I was finally able to unmount it in the command line while logged in as root. 

After that incident, I received an error message when Gnome attempted to automount it again involving dbus and it refused to mount.

Since then, I have not been able to mount the drive through even the command line, at least, logged into a user account--but dmesg definitely is showing the drive and I was able to manually mount/unmount the partition I needed when logged in as root.

However, as I primarily need access to it while logged into my user account, this has proven to be a problem for me as I can see what's on the drive (the FAT32 partition), but I can't actually write to it. None of my other USB devices (including thumb drives and a portable MP3 player) has caused me any issues--I still have full access to them. It's just this external hard drive I appear to be having this problem with.

I do have ntfs3g installed (and have tried to install it with and without the suid use flag--currently, it is with that use flag) and had tried removing it at one point to somehow see if that may perhaps help (it didn't, of course). 

So, while I recognize that there must be a permissions issue in this somewhere, I'm at a loss as to how to resolve this. The external hard drive is also a device I don't plan on or do keep constantly plugged into this one system, so there does need to be some way of unmounting it while still in Gentoo.

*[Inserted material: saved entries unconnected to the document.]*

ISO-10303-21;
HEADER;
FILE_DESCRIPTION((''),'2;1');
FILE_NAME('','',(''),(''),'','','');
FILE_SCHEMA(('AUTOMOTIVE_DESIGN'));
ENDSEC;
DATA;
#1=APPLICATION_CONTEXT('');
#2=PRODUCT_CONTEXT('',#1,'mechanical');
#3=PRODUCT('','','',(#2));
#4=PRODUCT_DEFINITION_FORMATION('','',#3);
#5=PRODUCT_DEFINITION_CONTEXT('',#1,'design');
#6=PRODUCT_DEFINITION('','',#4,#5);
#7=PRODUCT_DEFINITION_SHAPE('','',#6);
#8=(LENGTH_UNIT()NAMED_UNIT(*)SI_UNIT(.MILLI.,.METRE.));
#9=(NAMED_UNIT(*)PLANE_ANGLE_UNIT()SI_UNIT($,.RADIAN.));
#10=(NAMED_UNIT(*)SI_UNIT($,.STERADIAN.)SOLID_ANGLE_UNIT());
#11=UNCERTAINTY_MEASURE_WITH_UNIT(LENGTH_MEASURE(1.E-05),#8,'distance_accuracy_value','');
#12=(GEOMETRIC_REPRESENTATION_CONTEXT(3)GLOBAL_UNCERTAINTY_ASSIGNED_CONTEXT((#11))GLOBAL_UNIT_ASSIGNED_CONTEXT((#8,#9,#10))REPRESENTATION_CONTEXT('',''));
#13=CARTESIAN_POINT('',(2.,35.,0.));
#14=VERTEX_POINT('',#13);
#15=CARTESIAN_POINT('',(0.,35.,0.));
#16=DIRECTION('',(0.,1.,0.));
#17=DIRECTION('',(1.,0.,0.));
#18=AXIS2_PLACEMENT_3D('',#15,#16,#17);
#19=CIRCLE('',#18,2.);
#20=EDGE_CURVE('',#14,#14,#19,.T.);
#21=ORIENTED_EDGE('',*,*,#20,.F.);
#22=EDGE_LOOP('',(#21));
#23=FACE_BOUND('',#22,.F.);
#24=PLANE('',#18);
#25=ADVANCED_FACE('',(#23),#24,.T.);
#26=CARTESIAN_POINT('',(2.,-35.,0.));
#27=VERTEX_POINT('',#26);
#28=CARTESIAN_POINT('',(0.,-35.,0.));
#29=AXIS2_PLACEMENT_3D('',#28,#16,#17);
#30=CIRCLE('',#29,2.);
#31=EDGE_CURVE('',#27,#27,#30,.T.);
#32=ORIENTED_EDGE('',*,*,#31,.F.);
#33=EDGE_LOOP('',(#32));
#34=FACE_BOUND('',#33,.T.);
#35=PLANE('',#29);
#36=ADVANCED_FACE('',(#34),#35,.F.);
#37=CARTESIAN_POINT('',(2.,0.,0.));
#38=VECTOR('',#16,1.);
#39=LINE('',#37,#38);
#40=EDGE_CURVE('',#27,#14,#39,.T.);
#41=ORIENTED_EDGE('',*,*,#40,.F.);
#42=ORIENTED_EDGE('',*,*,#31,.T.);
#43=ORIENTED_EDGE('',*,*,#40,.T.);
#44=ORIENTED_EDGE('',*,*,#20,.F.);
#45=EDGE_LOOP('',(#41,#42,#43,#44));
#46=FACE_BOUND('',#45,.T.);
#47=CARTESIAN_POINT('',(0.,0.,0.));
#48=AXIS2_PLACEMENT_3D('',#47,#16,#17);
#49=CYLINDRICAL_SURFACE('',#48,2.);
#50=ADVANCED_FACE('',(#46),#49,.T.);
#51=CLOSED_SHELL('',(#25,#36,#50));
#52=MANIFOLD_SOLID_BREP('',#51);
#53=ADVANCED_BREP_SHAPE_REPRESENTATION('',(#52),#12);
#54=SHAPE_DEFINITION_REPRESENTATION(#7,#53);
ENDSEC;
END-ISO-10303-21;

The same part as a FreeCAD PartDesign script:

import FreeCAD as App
import Part
import Sketcher
Q = App.Units.Quantity

doc = App.newDocument("Part")
body = doc.addObject("PartDesign::Body", "Body")

# Sketch on XY plane
sketch1 = doc.addObject("Sketcher::SketchObject", "Sketch")
body.addObject(sketch1)
sketch1.AttachmentSupport = (doc.XY_Plane, [""])
sketch1.MapMode = "FlatFace"
sketch1.addGeometry([
    Part.LineSegment(App.Vector(0, 35, 0), App.Vector(0, -35, 0)),
    Part.LineSegment(App.Vector(0, -35, 0), App.Vector(2, -35, 0)),
    Part.LineSegment(App.Vector(2, -35, 0), App.Vector(2, 35, 0)),
    Part.LineSegment(App.Vector(2, 35, 0), App.Vector(0, 35, 0)),
], False)
sketch1.addConstraint([
    Sketcher.Constraint("Coincident", 0, 2, 1, 1),
    Sketcher.Constraint("Coincident", 1, 2, 2, 1),
    Sketcher.Constraint("Coincident", 2, 2, 3, 1),
    Sketcher.Constraint("Coincident", 3, 2, 0, 1),
    Sketcher.Constraint("Vertical", 0),
    Sketcher.Constraint("Horizontal", 1),
    Sketcher.Constraint("Vertical", 2),
    Sketcher.Constraint("Horizontal", 3),
    Sketcher.Constraint("Symmetric", 0, 2, 3, 2, -1, 1),
    Sketcher.Constraint("DistanceX", 1, 1, 1, 2, Q("2 mm")),
    Sketcher.Constraint("DistanceY", 0, 2, 0, 1, Q("70 mm")),
])
revolution = doc.addObject("PartDesign::Revolution", "Revolution")
body.addObject(revolution)
revolution.Profile = sketch1
revolution.ReferenceAxis = (sketch1, ["V_Axis"])
revolution.Angle = 360

doc.recompute()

Any ideas on what may be going on and how to fix this will be appreciated. Thanks!   :Smile: 

----------

## honp

I wont`t advice you anything. I only want to say that i don`t like dbus and hal and when i read your post my blood warmed up again... Good old mount command.

----------

## Tuxenstein

I'm actually used to mounting things more through the command line. However, in this situation, I can't even do that while logged in as a user with this drive--I can only do so logged in as root.

----------

## honp

So if you can mount it by hand, you can put "user" option to fstab.

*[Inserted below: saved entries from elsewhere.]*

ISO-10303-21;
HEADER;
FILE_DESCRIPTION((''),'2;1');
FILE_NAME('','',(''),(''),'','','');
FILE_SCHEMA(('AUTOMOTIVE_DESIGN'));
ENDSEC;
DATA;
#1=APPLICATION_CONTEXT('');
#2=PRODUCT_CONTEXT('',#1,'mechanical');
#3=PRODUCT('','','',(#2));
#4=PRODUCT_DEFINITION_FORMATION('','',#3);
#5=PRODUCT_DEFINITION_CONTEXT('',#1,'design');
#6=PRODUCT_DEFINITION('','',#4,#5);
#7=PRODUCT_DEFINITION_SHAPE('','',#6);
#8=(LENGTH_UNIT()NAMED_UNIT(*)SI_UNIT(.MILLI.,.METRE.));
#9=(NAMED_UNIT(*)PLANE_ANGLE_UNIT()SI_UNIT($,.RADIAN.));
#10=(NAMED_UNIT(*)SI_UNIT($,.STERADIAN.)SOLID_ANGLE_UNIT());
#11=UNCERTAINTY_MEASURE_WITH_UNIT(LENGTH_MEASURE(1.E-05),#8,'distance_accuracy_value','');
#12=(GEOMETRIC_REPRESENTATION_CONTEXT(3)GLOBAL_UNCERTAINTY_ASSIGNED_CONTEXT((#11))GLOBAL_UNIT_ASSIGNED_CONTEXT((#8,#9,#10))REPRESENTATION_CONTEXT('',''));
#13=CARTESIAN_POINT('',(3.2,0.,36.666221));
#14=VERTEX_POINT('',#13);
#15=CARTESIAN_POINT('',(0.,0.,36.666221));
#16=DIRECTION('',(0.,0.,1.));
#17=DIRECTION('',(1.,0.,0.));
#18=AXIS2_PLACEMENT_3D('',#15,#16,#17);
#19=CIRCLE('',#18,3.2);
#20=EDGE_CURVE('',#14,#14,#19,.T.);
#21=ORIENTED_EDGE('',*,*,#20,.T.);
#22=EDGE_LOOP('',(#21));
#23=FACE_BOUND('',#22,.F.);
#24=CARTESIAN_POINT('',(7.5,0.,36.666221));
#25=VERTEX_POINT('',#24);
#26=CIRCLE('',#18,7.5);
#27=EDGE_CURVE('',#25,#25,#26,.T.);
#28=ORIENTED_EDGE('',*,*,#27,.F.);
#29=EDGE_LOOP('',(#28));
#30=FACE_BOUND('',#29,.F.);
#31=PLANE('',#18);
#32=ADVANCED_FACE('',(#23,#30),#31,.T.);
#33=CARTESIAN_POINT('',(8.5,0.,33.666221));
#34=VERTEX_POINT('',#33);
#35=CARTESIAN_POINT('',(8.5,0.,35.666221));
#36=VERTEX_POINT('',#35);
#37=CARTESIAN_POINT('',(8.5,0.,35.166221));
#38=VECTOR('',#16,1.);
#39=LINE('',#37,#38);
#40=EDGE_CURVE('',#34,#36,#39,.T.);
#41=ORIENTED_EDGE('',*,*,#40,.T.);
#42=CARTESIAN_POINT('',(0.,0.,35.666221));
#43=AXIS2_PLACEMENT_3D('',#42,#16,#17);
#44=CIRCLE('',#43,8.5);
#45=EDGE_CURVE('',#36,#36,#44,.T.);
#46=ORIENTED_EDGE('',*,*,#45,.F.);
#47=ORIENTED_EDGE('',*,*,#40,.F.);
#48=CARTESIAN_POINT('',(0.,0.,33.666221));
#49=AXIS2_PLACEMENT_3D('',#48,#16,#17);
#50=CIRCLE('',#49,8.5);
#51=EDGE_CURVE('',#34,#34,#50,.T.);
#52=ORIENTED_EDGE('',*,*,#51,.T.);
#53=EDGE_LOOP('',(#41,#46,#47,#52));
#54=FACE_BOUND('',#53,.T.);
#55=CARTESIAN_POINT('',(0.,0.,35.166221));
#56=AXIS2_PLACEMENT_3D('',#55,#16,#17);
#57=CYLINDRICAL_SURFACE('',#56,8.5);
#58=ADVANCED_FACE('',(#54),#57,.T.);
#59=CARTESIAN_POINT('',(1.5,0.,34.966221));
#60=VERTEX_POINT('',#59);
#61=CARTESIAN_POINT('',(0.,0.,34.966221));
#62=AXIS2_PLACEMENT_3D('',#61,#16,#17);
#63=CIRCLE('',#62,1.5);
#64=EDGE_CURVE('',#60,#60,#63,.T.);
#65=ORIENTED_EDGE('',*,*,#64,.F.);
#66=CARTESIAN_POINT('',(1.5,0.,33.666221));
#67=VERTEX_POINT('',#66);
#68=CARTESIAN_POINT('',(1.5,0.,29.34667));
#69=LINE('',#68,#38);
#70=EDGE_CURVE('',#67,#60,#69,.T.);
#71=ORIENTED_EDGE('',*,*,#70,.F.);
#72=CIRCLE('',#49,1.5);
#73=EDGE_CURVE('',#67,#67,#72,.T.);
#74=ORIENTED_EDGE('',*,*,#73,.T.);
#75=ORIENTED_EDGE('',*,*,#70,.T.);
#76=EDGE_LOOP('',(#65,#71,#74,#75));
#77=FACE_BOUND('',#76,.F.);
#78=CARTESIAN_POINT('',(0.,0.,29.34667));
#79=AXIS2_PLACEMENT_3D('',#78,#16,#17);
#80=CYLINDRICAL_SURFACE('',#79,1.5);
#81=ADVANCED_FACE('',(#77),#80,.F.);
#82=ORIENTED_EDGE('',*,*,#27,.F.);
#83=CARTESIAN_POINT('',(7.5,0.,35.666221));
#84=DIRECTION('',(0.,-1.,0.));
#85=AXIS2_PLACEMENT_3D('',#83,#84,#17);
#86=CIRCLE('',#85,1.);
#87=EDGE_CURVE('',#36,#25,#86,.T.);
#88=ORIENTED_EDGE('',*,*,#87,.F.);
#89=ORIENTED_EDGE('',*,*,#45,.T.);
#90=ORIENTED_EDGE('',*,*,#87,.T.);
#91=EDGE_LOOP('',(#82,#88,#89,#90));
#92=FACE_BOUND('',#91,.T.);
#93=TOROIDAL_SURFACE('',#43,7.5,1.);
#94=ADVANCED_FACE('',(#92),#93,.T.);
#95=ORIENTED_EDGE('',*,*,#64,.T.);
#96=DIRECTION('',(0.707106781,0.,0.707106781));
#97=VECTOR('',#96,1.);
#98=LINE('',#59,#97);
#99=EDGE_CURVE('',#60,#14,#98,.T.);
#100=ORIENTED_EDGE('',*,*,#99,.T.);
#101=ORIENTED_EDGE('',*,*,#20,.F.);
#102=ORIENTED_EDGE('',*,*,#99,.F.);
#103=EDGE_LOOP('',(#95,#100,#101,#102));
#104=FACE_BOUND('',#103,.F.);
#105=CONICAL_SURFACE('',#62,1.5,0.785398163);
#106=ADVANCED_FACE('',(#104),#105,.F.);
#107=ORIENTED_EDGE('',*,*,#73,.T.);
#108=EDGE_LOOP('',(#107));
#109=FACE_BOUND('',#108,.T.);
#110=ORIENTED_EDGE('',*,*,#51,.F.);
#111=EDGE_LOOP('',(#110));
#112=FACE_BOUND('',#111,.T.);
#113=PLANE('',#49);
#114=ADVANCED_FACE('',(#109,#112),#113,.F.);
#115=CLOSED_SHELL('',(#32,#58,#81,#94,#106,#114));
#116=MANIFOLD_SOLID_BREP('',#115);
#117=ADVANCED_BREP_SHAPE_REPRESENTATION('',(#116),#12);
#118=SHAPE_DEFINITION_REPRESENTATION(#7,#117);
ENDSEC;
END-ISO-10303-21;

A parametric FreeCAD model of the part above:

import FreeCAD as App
import Part
import Sketcher
Q = App.Units.Quantity


def edges_at(feature, points):
    """Names of the edges that pass closest to the given points."""
    edges = feature.Shape.Edges
    near = lambda p: min(range(len(edges)), key=lambda i: edges[i].distToShape(Part.Vertex(*p))[0])
    return sorted({f"Edge{near(p) + 1}" for p in points})


def add_polygon(sketch, points):
    """Adds a closed chain of lines whose ends are joined by coincident constraints."""
    first, n = sketch.GeometryCount, len(points)
    for a, b in zip(points, points[1:] + points[:1]):
        sketch.addGeometry(Part.LineSegment(App.Vector(*a, 0), App.Vector(*b, 0)), False)
    for i in range(n):
        sketch.addConstraint(Sketcher.Constraint("Coincident", first + i, 2, first + (i + 1) % n, 1))

doc = App.newDocument("Part")
body = doc.addObject("PartDesign::Body", "Body")

# Sketch on XZ plane
sketch1 = body.newObject("Sketcher::SketchObject", "Sketch")
sketch1.AttachmentSupport = (doc.getObject("XZ_Plane"), [""])
sketch1.MapMode = "FlatFace"
add_polygon(sketch1, [(0, 36.666221), (0, 33.666221), (8.5, 33.666221), (8.5, 36.666221)])  # lines 0-3
sketch1.addConstraint([
    Sketcher.Constraint("Vertical", 0),
    Sketcher.Constraint("Horizontal", 1),
    Sketcher.Constraint("Vertical", 2),
    Sketcher.Constraint("Horizontal", 3),
    Sketcher.Constraint("PointOnObject", 0, 2, -2),
    Sketcher.Constraint("DistanceY", 0, 2, 0, 1, 3.0),
    Sketcher.Constraint("DistanceX", 1, 1, 1, 2, 8.5),
    Sketcher.Constraint("DistanceY", -1, 1, 0, 2, 33.666221),
])
revolution = body.newObject("PartDesign::Revolution", "Revolution")
revolution.Profile = sketch1
revolution.ReferenceAxis = (sketch1, ["V_Axis"])
revolution.Angle = 360
doc.recompute()

fillet = body.newObject("PartDesign::Fillet", "Fillet")
fillet.Base = (revolution, edges_at(revolution, [(-8.5, 0, 36.666)]))
fillet.Radius = 1

# Sketch on XZ plane
sketch2 = body.newObject("Sketcher::SketchObject", "Sketch001")
sketch2.AttachmentSupport = (doc.getObject("XZ_Plane"), [""])
sketch2.MapMode = "FlatFace"
add_polygon(sketch2, [(0, 36.666221), (0, 29.34667), (1.5, 29.34667), (1.5, 34.966221), (3.2, 36.666221)])  # lines 0-4
sketch2.addConstraint([
    Sketcher.Constraint("Vertical", 0),
    Sketcher.Constraint("Horizontal", 1),
    Sketcher.Constraint("Vertical", 2),
    Sketcher.Constraint("Horizontal", 4),
    Sketcher.Constraint("PointOnObject", 0, 2, -2),
    Sketcher.Constraint("Angle", 3, Q("45 deg")),
    Sketcher.Constraint("DistanceX", 1, 1, 1, 2, 1.5),
    Sketcher.Constraint("DistanceX", 4, 2, 4, 1, 3.2),
    Sketcher.Constraint("DistanceY", 0, 2, 0, 1, 7.319551),
    Sketcher.Constraint("DistanceY", -1, 1, 0, 2, 29.34667),
])
groove = body.newObject("PartDesign::Groove", "Groove")
groove.Profile = sketch2
groove.ReferenceAxis = (sketch2, ["V_Axis"])
groove.Angle = 360

doc.recompute()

Else you can use sudo for mount /dev/xxx /mnt/xxx

or (and this is probably the best way) set the ownership and rights in /etc/udev/rules.d/50-udev.rules file.

----------

## b0nafide

If automount used to work with your USB drive and automount still works with other USB devices, I'm thinking that your external USB HD FAT32 partition may have filesystem errors. Have you tried unmounting the drive and running fsck.vfat as root?

----------

## Tuxenstein

Sorry, as I meant to reply to this sooner.   :Embarassed: 

I actually have tried that with fsk, and nothing.

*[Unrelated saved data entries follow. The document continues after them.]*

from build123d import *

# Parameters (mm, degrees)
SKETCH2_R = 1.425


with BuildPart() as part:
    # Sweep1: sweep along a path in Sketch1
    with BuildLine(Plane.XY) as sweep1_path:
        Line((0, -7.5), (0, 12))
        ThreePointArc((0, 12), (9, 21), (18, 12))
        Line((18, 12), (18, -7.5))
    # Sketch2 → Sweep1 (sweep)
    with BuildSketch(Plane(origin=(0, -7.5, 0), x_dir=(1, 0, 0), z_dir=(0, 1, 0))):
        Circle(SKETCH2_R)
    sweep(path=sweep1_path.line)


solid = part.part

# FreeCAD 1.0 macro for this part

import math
import FreeCAD as App
import Part
import Sketcher
Q = App.Units.Quantity

doc = App.newDocument("Part")
body = doc.addObject("PartDesign::Body", "Body")

sketch1 = doc.addObject("Sketcher::SketchObject", "Sketch")
body.addObject(sketch1)
sketch1.AttachmentSupport = (doc.XZ_Plane, [""])
sketch1.MapMode = "FlatFace"
sketch1.AttachmentOffset = App.Placement(App.Vector(0, 0, 7.5), App.Rotation())
sketch1.addGeometry(Part.Circle(App.Vector(0, 0, 0), App.Vector(0, 0, 1), 1.4), False)
sketch1.addConstraint([
    Sketcher.Constraint("Coincident", 0, 3, -1, 1),
    Sketcher.Constraint("Diameter", 0, Q("2.85 mm")),
])

sketch2 = doc.addObject("Sketcher::SketchObject", "Sketch001")
body.addObject(sketch2)
sketch2.AttachmentSupport = (doc.XY_Plane, [""])
sketch2.MapMode = "FlatFace"
sketch2.addGeometry([
    Part.LineSegment(App.Vector(0, -8, 0), App.Vector(0, 12, 0)),
    Part.ArcOfCircle(Part.Circle(App.Vector(9, 12, 0), App.Vector(0, 0, 1), 9), math.radians(0), math.radians(180)),
    Part.LineSegment(App.Vector(18, 12, 0), App.Vector(18, -8, 0)),
], False)
sketch2.addConstraint([
    Sketcher.Constraint("Tangent", 0, 2, 1, 2),
    Sketcher.Constraint("Tangent", 1, 1, 2, 1),
    Sketcher.Constraint("Vertical", 0),
    Sketcher.Constraint("Vertical", 2),
    Sketcher.Constraint("PointOnObject", 0, 1, -2),
    Sketcher.Constraint("Horizontal", 0, 1, 2, 2),
    Sketcher.Constraint("Radius", 1, Q("9 mm")),
    Sketcher.Constraint("DistanceY", 0, 1, 0, 2, Q("19.5 mm")),
    Sketcher.Constraint("DistanceY", -1, 1, 1, 3, Q("12 mm")),
])
doc.recompute()

additivepipe = doc.addObject("PartDesign::AdditivePipe", "AdditivePipe")
body.addObject(additivepipe)
additivepipe.Profile = sketch1
additivepipe.Spine = (sketch2, ["Edge1", "Edge2", "Edge3"])

doc.recompute()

Also, in between the time I posted asking for help on this and sometime within the last month, I had a period of where the FAT32 partition was mounting as it normally should be and had access to it (however, possibly due to Hal.d or who knows why, once I unmounted it--which always had to be done manually for some reason (not that I'm complaining as I'm used to it)--I couldn't remount it again, unless it was as root unless I rebooted).

That period ended sometime last month and has gone back to both partitions drawing complaints and my being unable to mount even the FAT32 partition as anything but root.

I can't explain nor understand why it went from having problems to not having problems to back to having problems again.

----------